Equity of access has also improved. In the six states, more scheduled caste households (45% in 2018 from 12% in 2015) and more scheduled tribe households (32% from 8%) had access to LPG (charts 3a and 3b). More LPG connections though are only the first step to healthier cooking. To reap LPG’s health benefits, households still need to use LPG as their primary cooking fuel - and that remains an enduring challenge in rural India and for PMUY. The ACCESS survey shows that of the households who use LPG as a primary fuel, only 24% are PMUY beneficiaries. Similarly, an earlier survey from MicroSave, a consultancy, revealed that in Chhattisgarh, Madhya Pradesh and Uttar Pradesh, 81% of surveyed PMUY beneficiaries still use solid fuel for cooking a meal a day and only 16% had shifted to LPG completely.

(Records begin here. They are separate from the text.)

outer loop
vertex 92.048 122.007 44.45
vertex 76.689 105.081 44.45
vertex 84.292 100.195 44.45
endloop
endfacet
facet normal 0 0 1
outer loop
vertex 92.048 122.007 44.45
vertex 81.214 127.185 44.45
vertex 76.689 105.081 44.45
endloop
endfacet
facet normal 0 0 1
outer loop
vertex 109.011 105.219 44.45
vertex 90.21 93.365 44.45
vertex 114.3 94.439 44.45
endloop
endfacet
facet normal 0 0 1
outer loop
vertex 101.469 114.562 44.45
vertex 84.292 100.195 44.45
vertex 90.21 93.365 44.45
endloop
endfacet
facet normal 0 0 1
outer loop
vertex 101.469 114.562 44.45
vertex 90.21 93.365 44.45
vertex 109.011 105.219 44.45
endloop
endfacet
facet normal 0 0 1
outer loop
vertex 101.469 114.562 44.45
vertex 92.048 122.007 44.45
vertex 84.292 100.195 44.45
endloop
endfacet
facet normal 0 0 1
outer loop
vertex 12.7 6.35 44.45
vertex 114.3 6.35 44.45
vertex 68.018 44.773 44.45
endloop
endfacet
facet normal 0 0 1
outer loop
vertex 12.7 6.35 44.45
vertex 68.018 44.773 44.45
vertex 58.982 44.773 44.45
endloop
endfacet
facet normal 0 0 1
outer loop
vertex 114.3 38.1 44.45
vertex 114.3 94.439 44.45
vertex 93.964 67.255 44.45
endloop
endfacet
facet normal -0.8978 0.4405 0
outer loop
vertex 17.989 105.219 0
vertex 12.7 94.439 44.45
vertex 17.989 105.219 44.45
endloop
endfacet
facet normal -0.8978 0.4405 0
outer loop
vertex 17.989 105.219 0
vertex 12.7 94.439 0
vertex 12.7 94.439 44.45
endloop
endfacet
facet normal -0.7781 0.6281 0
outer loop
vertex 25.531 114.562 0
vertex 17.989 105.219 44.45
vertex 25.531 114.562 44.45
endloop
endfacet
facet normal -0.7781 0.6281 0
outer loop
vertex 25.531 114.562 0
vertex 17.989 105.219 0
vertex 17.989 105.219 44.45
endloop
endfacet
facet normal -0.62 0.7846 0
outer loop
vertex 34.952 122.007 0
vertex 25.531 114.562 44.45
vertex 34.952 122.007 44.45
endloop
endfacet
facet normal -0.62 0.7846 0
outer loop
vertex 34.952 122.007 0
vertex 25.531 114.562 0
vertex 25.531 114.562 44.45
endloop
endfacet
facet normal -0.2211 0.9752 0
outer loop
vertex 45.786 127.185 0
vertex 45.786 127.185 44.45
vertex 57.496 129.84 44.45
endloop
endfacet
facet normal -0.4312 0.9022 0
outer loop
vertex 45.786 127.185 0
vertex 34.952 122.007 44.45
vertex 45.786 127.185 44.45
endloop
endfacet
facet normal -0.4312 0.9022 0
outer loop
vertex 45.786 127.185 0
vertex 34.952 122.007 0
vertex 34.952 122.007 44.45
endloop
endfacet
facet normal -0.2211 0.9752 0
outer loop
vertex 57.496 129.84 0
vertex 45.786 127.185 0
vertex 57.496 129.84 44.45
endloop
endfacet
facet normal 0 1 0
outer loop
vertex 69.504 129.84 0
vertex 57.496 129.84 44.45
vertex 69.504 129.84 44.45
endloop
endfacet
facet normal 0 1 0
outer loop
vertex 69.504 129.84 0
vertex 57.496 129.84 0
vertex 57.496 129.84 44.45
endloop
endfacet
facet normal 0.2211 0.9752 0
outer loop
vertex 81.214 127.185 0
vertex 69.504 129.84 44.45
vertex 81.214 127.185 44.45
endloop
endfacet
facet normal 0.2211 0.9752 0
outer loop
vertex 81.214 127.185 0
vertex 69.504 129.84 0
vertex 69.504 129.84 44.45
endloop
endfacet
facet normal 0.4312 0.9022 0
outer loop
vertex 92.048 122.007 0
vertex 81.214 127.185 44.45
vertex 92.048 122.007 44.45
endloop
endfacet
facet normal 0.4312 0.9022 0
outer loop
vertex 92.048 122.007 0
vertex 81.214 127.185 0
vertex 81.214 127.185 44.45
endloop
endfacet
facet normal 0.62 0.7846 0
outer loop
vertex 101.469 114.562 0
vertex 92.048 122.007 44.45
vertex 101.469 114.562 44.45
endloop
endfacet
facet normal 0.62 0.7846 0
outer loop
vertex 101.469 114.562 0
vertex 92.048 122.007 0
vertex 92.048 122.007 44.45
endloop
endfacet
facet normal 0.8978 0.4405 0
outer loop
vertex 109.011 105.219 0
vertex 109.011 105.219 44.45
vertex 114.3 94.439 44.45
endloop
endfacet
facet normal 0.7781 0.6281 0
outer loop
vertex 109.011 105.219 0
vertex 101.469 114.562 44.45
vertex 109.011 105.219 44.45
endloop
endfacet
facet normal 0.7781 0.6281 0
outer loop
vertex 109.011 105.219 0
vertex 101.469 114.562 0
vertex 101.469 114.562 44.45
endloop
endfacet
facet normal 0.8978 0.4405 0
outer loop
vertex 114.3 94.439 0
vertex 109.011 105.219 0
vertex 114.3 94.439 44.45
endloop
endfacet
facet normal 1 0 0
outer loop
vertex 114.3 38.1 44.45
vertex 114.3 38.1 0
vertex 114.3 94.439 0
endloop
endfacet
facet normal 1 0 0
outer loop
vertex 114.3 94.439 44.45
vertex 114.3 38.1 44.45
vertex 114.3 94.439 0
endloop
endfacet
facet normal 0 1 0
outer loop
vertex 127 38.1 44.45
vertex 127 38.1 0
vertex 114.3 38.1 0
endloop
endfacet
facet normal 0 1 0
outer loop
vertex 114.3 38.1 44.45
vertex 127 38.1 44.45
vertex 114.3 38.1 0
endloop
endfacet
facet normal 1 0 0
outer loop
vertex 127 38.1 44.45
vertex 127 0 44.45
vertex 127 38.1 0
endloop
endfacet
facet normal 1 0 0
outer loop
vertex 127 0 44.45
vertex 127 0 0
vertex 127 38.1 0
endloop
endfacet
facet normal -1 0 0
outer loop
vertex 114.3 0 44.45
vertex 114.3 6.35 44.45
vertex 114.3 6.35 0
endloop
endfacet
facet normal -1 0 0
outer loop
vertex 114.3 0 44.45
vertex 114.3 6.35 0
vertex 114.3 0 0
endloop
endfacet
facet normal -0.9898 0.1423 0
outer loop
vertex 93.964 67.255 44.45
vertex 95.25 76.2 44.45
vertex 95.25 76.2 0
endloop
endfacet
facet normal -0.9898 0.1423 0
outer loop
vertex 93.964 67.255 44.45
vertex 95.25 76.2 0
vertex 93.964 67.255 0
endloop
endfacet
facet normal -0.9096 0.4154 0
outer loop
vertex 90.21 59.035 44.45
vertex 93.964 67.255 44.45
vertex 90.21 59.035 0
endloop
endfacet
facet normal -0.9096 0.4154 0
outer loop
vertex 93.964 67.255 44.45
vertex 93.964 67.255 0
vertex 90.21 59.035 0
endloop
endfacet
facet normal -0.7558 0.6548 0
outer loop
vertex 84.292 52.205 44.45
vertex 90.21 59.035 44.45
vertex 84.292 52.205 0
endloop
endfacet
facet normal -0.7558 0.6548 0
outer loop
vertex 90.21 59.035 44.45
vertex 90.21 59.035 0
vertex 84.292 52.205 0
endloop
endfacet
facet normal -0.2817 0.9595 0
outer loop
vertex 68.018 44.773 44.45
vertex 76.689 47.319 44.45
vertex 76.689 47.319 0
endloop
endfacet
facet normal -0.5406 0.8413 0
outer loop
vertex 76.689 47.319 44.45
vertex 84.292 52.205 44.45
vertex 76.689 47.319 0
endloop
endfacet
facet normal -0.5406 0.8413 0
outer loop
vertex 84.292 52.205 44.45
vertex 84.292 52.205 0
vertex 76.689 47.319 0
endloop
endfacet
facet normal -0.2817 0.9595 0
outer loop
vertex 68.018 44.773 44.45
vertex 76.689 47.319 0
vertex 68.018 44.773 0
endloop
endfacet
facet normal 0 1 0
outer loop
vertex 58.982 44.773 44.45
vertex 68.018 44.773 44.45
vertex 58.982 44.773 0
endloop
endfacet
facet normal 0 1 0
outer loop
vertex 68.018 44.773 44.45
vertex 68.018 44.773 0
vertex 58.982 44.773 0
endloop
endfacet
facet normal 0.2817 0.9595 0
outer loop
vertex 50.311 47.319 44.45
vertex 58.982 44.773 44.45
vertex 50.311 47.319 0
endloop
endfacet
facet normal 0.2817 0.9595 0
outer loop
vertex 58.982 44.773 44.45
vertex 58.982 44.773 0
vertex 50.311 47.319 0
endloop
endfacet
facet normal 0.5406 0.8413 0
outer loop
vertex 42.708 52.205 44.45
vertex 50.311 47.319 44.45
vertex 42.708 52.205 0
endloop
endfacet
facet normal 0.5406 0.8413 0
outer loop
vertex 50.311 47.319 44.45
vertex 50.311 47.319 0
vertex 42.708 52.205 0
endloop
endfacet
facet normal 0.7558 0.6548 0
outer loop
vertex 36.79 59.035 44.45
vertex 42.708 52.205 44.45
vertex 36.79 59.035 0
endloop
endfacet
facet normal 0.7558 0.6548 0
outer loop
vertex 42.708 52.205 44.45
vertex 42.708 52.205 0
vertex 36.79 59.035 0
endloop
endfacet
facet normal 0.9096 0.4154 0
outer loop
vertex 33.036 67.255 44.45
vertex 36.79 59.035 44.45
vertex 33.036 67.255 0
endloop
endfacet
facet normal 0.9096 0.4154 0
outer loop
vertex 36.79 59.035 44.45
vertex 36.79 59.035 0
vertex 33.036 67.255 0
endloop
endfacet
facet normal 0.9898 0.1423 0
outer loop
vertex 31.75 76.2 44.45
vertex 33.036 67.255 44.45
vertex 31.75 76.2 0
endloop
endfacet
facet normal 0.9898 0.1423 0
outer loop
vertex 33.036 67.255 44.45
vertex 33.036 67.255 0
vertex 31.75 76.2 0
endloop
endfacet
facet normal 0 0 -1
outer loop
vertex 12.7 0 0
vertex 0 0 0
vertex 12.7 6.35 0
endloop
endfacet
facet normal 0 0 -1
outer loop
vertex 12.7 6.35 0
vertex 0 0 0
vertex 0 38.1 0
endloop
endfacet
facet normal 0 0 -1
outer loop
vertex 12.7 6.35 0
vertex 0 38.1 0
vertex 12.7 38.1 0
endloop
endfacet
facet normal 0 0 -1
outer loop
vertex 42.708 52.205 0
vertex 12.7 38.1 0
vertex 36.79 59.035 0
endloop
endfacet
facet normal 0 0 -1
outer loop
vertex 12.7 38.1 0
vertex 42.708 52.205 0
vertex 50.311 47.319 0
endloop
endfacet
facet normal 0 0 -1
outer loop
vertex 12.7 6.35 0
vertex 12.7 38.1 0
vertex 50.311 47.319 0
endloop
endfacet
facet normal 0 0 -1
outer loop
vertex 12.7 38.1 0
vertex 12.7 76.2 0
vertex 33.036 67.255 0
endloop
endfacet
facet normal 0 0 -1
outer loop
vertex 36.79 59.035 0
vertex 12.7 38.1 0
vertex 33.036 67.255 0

The biggest reason for the lack of sustained LPG use is the cost of refills. In the ACCESS survey, almost all (92%) the rural households who do not use LPG as the primary fuel were constrained by the cost of recurring refills. Rural households also have the alternative option of readily available, free biomass which makes LPG less attractive—especially when distributors are distant and there is limited home delivery of cylinders in rural areas.

Another factor could be intra-household decision-making in rural India. While PMUY was designed to empower women by providing the connection in the women’s name, refill decisions are still predominantly made by men.

For instance, the ACCESS survey found that within households with LPG, more than two-third reported that a male member of the household decided when to order a refill.

Sustained LPG usage will depend on tackling these barriers which PMUY, despite bringing LPG to more rural poor households, is yet to do. For the next government seeking to resolve India’s cooking-induced health crisis, this will be the challenge.

This is the sixth of a 12-part report card series on NDA-II.